Just like taking care of our physical bodies, our mind also needs the same - if not more attention.
Mental wellbeing is defined as a state of wellbeing in which every individual realises his or her own potential, can cope with the normal stresses of life, can work productively and fruitfully, and is able to make a contribution to her or his community. (WHO, 2014)
Mental wellbeing means:
Doing things you enjoy
Finding and acknowledging your strengths
Being ‘in the moment’ with your experiences
Celebrating every success
Understanding our actions impact the outcomes
We can all feel low, anxious or panicky from time to time. Check your mood using this simple questionnaire and get advice on what might help.Take the test
Feeling sad or feeling depressed is not the same as being ‘clinically’ depressed. There is a big sliding scale between having a bad day and feeling deep despair.
We are all on a continuum, we have good days and bad days but when the bad days out-number the good you need to take some action.
Anxiety can be feelings of fear, nervousness, apprehensiveness or worry. Most people feel anxious at certain times, such as going to the dentist, interviews, or public speaking.
Anxiety can sometimes be helpful. It keeps us alert to danger such as:
Crossing a busy road
Climbing up a ladder
Sports and in competitions
Anxiety can be a problem when:
It stops us doing things we want or need to do
It happens a lot
It stays for a long time
How you can help yourself
There are usually no quick fixes for problems in life but you can learn to be more active in looking after your own mental wellbeing.
Ways to help yourself
Listen to music, read, meditate, get a massage, or try relaxation methods. Getting some distance from the problem can give you some perspective.

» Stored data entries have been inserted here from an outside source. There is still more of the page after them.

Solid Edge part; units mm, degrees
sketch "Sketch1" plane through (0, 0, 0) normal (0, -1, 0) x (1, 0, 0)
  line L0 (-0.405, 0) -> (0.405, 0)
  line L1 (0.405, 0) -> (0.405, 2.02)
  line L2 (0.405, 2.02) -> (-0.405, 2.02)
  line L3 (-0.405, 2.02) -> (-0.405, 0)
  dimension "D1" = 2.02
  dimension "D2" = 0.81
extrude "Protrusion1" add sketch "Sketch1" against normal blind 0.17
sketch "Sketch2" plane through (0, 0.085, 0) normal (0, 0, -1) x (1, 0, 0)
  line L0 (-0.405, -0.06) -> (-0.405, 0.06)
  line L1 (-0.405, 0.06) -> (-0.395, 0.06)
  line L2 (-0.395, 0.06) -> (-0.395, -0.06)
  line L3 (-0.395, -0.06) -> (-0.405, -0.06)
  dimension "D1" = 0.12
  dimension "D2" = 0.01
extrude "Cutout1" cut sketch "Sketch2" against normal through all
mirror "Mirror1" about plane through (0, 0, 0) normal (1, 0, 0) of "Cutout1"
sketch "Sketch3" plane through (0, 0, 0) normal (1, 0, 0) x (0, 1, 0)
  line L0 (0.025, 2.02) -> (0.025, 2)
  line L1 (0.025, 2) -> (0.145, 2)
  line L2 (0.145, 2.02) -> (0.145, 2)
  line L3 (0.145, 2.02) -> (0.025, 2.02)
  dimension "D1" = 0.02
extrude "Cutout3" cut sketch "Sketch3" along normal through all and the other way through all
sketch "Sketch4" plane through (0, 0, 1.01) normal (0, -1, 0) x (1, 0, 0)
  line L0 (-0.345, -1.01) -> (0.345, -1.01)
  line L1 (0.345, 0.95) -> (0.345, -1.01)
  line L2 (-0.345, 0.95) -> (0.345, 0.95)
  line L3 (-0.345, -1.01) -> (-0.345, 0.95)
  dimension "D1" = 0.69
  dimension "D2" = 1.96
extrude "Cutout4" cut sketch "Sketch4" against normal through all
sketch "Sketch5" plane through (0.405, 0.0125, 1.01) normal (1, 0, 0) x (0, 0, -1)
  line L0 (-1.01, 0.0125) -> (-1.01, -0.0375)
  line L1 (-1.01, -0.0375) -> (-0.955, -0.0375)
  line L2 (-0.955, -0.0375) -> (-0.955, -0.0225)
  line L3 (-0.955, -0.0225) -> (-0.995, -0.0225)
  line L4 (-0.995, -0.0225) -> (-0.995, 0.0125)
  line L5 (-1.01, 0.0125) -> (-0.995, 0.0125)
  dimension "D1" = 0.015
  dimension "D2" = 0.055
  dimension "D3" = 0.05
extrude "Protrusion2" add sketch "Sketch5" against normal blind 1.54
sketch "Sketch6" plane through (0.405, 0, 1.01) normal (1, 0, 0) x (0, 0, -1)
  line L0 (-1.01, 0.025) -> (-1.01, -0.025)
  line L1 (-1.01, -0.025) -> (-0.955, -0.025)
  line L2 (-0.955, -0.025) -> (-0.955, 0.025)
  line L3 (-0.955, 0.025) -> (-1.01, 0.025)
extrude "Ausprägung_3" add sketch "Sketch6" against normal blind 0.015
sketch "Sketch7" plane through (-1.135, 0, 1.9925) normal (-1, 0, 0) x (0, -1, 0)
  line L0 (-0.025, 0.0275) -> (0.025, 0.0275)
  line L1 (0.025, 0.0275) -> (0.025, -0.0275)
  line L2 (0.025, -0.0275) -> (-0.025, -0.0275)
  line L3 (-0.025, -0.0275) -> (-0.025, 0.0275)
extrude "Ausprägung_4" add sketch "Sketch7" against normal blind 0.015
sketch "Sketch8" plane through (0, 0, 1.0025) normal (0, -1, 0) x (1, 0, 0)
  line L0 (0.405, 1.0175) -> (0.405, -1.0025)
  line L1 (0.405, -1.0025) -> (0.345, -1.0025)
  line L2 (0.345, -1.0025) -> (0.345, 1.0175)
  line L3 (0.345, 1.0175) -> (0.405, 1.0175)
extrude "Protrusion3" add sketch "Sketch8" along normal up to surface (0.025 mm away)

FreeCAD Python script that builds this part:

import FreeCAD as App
import Part
import Sketcher


def add_polygon(sketch, points):
    """Adds a closed chain of lines whose ends are joined by coincident constraints."""
    first, n = sketch.GeometryCount, len(points)
    for a, b in zip(points, points[1:] + points[:1]):
        sketch.addGeometry(Part.LineSegment(App.Vector(*a, 0), App.Vector(*b, 0)), False)
    for i in range(n):
        sketch.addConstraint(Sketcher.Constraint("Coincident", first + i, 2, first + (i + 1) % n, 1))

doc = App.newDocument("Part")
body = doc.addObject("PartDesign::Body", "Body")

sketch1 = body.newObject("Sketcher::SketchObject", "Sketch")
sketch1.AttachmentSupport = (doc.getObject("XZ_Plane"), [""])
sketch1.MapMode = "FlatFace"
add_polygon(sketch1, [(-0.4, 2), (-0.4, 0), (0.4, 0), (0.4, 2)])
sketch1.addConstraint(Sketcher.Constraint("Vertical", 0))
sketch1.addConstraint(Sketcher.Constraint("Horizontal", 1))
sketch1.addConstraint(Sketcher.Constraint("Vertical", 2))
sketch1.addConstraint(Sketcher.Constraint("Horizontal", 3))
sketch1.addConstraint(Sketcher.Constraint("Symmetric", 0, 2, 1, 2, -1, 1))
sketch1.addConstraint(Sketcher.Constraint("DistanceX", 0, 2, -1, 1, 0.405))
sketch1.addConstraint(Sketcher.Constraint("DistanceY", 0, 2, 0, 1, 2.02))
pad1 = body.newObject("PartDesign::Pad", "Pad")
pad1.Profile = sketch1
pad1.Length = 0.17
pad1.Reversed = True

sketch2 = body.newObject("Sketcher::SketchObject", "Sketch001")
sketch2.AttachmentSupport = (doc.getObject("XY_Plane"), [""])
sketch2.MapMode = "FlatFace"
add_polygon(sketch2, [(-0.405, 0.025), (-0.405, 0.145), (-0.395, 0.145), (-0.395, 0.025)])
sketch2.addConstraint(Sketcher.Constraint("Vertical", 0))
sketch2.addConstraint(Sketcher.Constraint("Horizontal", 1))
sketch2.addConstraint(Sketcher.Constraint("Vertical", 2))
sketch2.addConstraint(Sketcher.Constraint("Horizontal", 3))
sketch2.addConstraint(Sketcher.Constraint("DistanceX", 0, 2, -1, 1, 0.405))
sketch2.addConstraint(Sketcher.Constraint("DistanceX", 1, 2, -1, 1, 0.395))
sketch2.addConstraint(Sketcher.Constraint("DistanceY", 0, 1, 0, 2, 0.12))
sketch2.addConstraint(Sketcher.Constraint("DistanceY", -1, 1, 0, 2, 0.145))
pocket1 = body.newObject("PartDesign::Pocket", "Pocket")
pocket1.Profile = sketch2
pocket1.Type = "ThroughAll"
pocket1.Reversed = True
doc.recompute()

mirrored = body.newObject("PartDesign::Mirrored", "Mirrored")
mirrored.Originals = [pocket1]
mirrored.MirrorPlane = (doc.getObject("YZ_Plane"), [""])
body.Tip = mirrored

sketch3 = body.newObject("Sketcher::SketchObject", "Sketch002")
sketch3.AttachmentSupport = (doc.getObject("YZ_Plane"), [""])
sketch3.MapMode = "FlatFace"
add_polygon(sketch3, [(0.145, 2.02), (0.025, 2.02), (0.025, 2), (0.145, 2)])
sketch3.addConstraint(Sketcher.Constraint("Horizontal", 0))
sketch3.addConstraint(Sketcher.Constraint("Vertical", 1))
sketch3.addConstraint(Sketcher.Constraint("Horizontal", 2))
sketch3.addConstraint(Sketcher.Constraint("Vertical", 3))
sketch3.addConstraint(Sketcher.Constraint("DistanceX", -1, 1, 2, 2, 0.145))
sketch3.addConstraint(Sketcher.Constraint("DistanceY", -1, 1, 1, 2, 2.0))
sketch3.addConstraint(Sketcher.Constraint("DistanceX", 0, 2, 0, 1, 0.12))
sketch3.addConstraint(Sketcher.Constraint("DistanceY", 1, 2, 1, 1, 0.02))
pocket2 = body.newObject("PartDesign::Pocket", "Pocket001")
pocket2.Profile = sketch3
pocket2.Type = "ThroughAll"
pocket2.Midplane = True

sketch4 = body.newObject("Sketcher::SketchObject", "Sketch003")
sketch4.AttachmentSupport = (doc.getObject("XZ_Plane"), [""])
sketch4.MapMode = "FlatFace"
add_polygon(sketch4, [(-0.3, 2), (-0.3, 0), (0.3, 0), (0.3, 2)])
sketch4.addConstraint(Sketcher.Constraint("Vertical", 0))
sketch4.addConstraint(Sketcher.Constraint("Horizontal", 1))
sketch4.addConstraint(Sketcher.Constraint("Vertical", 2))
sketch4.addConstraint(Sketcher.Constraint("Horizontal", 3))
sketch4.addConstraint(Sketcher.Constraint("Symmetric", 0, 2, 1, 2, -1, 1))
sketch4.addConstraint(Sketcher.Constraint("DistanceX", 0, 2, -1, 1, 0.345))
sketch4.addConstraint(Sketcher.Constraint("DistanceY", 0, 2, 0, 1, 1.96))
pocket3 = body.newObject("PartDesign::Pocket", "Pocket002")
pocket3.Profile = sketch4
pocket3.Type = "ThroughAll"

sketch5 = body.newObject("Sketcher::SketchObject", "Sketch004")
sketch5.AttachmentSupport = (doc.getObject("YZ_Plane"), [""])
sketch5.MapMode = "FlatFace"
sketch5.AttachmentOffset = App.Placement(App.Vector(0, 0, 0.405), App.Rotation())
add_polygon(sketch5, [(0.025, 2.005), (0.025, 2.02), (-0.025, 2.02), (-0.025, 1.965), (-0.01, 1.965), (-0.01, 2.005)])
sketch5.addConstraint(Sketcher.Constraint("Vertical", 0))
sketch5.addConstraint(Sketcher.Constraint("Horizontal", 1))
sketch5.addConstraint(Sketcher.Constraint("Vertical", 2))
sketch5.addConstraint(Sketcher.Constraint("Horizontal", 3))
sketch5.addConstraint(Sketcher.Constraint("Vertical", 4))
sketch5.addConstraint(Sketcher.Constraint("Horizontal", 5))
sketch5.addConstraint(Sketcher.Constraint("Equal", 3, 0))
sketch5.addConstraint(Sketcher.Constraint("DistanceX", 1, 2, 1, 1, 0.05))
sketch5.addConstraint(Sketcher.Constraint("DistanceY", 4, 1, 4, 2, 0.04))
sketch5.addConstraint(Sketcher.Constraint("DistanceX", 3, 1, 3, 2, 0.015))
sketch5.addConstraint(Sketcher.Constraint("DistanceY", -1, 1, 0, 2, 2.02))
sketch5.addConstraint(Sketcher.Constraint("DistanceX", 3, 2, -1, 1, 0.01))
pad2 = body.newObject("PartDesign::Pad", "Pad001")
pad2.Profile = sketch5
pad2.Length = 1.54
pad2.Reversed = True

sketch6 = body.newObject("Sketcher::SketchObject", "Sketch005")
sketch6.AttachmentSupport = (doc.getObject("YZ_Plane"), [""])
sketch6.MapMode = "FlatFace"
sketch6.AttachmentOffset = App.Placement(App.Vector(0, 0, 0.405), App.Rotation())
add_polygon(sketch6, [(0.03, 1.97), (0.03, 2.02), (-0.03, 2.02), (-0.03, 1.97)])
sketch6.addConstraint(Sketcher.Constraint("Vertical", 0))
sketch6.addConstraint(Sketcher.Constraint("Horizontal", 1))
sketch6.addConstraint(Sketcher.Constraint("Vertical", 2))
sketch6.addConstraint(Sketcher.Constraint("Horizontal", 3))
sketch6.addConstraint(Sketcher.Constraint("DistanceX", 1, 2, 1, 1, 0.05))
sketch6.addConstraint(Sketcher.Constraint("DistanceY", 0, 1, 0, 2, 0.055))
sketch6.addConstraint(Sketcher.Constraint("DistanceY", -1, 1, 0, 2, 2.02))
sketch6.addConstraint(Sketcher.Constraint("DistanceX", -1, 1, 0, 2, 0.025))
pad3 = body.newObject("PartDesign::Pad", "Pad002")
pad3.Profile = sketch6
pad3.Length = 0.015
pad3.Reversed = True

sketch7 = body.newObject("Sketcher::SketchObject", "Sketch006")
sketch7.AttachmentSupport = (doc.getObject("YZ_Plane"), [""])
sketch7.MapMode = "FlatFace"
sketch7.AttachmentOffset = App.Placement(App.Vector(0, 0, -1.135), App.Rotation())
add_polygon(sketch7, [(-0.03, 2.02), (0.03, 2.02), (0.03, 1.97), (-0.03, 1.97)])
sketch7.addConstraint(Sketcher.Constraint("Horizontal", 0))
sketch7.addConstraint(Sketcher.Constraint("Vertical", 1))
sketch7.addConstraint(Sketcher.Constraint("Horizontal", 2))
sketch7.addConstraint(Sketcher.Constraint("Vertical", 3))
sketch7.addConstraint(Sketcher.Constraint("DistanceX", 0, 1, 0, 2, 0.05))
sketch7.addConstraint(Sketcher.Constraint("DistanceY", 1, 2, 1, 1, 0.055))
sketch7.addConstraint(Sketcher.Constraint("DistanceY", -1, 1, 0, 2, 2.02))
sketch7.addConstraint(Sketcher.Constraint("DistanceX", -1, 1, 0, 2, 0.025))
pad4 = body.newObject("PartDesign::Pad", "Pad003")
pad4.Profile = sketch7
pad4.Length = 0.015

sketch8 = body.newObject("Sketcher::SketchObject", "Sketch007")
sketch8.AttachmentSupport = (doc.getObject("XZ_Plane"), [""])
sketch8.MapMode = "FlatFace"
add_polygon(sketch8, [(0.41, 0), (0.41, 2.02), (0.34, 2.02), (0.34, 0)])
sketch8.addConstraint(Sketcher.Constraint("Vertical", 0))
sketch8.addConstraint(Sketcher.Constraint("Horizontal", 1))
sketch8.addConstraint(Sketcher.Constraint("Vertical", 2))
sketch8.addConstraint(Sketcher.Constraint("Horizontal", 3))
sketch8.addConstraint(Sketcher.Constraint("PointOnObject", 2, 2, -1))
sketch8.addConstraint(Sketcher.Constraint("DistanceX", 1, 2, 1, 1, 0.06))
sketch8.addConstraint(Sketcher.Constraint("DistanceY", 0, 1, 0, 2, 2.02))
sketch8.addConstraint(Sketcher.Constraint("DistanceX", -1, 1, 0, 2, 0.405))
pad5 = body.newObject("PartDesign::Pad", "Pad004")
pad5.Profile = sketch8
pad5.Length = 0.025

doc.recompute()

More sleep and rest are needed when your body is stressed.
Try not to miss meals or eat at irregular times. Keep plenty of healthy snacks available.
Limit alcohol and caffeine, which can make anxiety and your mood worse.
This boosts your mood and helps you stay healthy.
Inhale and exhale slowly. Count to 10 slowly. Repeat, and count to 20 if necessary.
Instead of aiming for impossible excellence, be proud of however close you get.
Put your stress in perspective: Is it really as bad as you think?
Identify the negative thoughts and try and replace them with positive ones.
Make sure you laugh, a good laugh goes a long way.
What makes you anxious? Is it study, work, family, or friends? Try writing in a journal when you feel stressed or anxious so you can identity a pattern.
Tell friends and family how you are feeling and let them know how they can help you. Talk to a doctor or counsellor for help.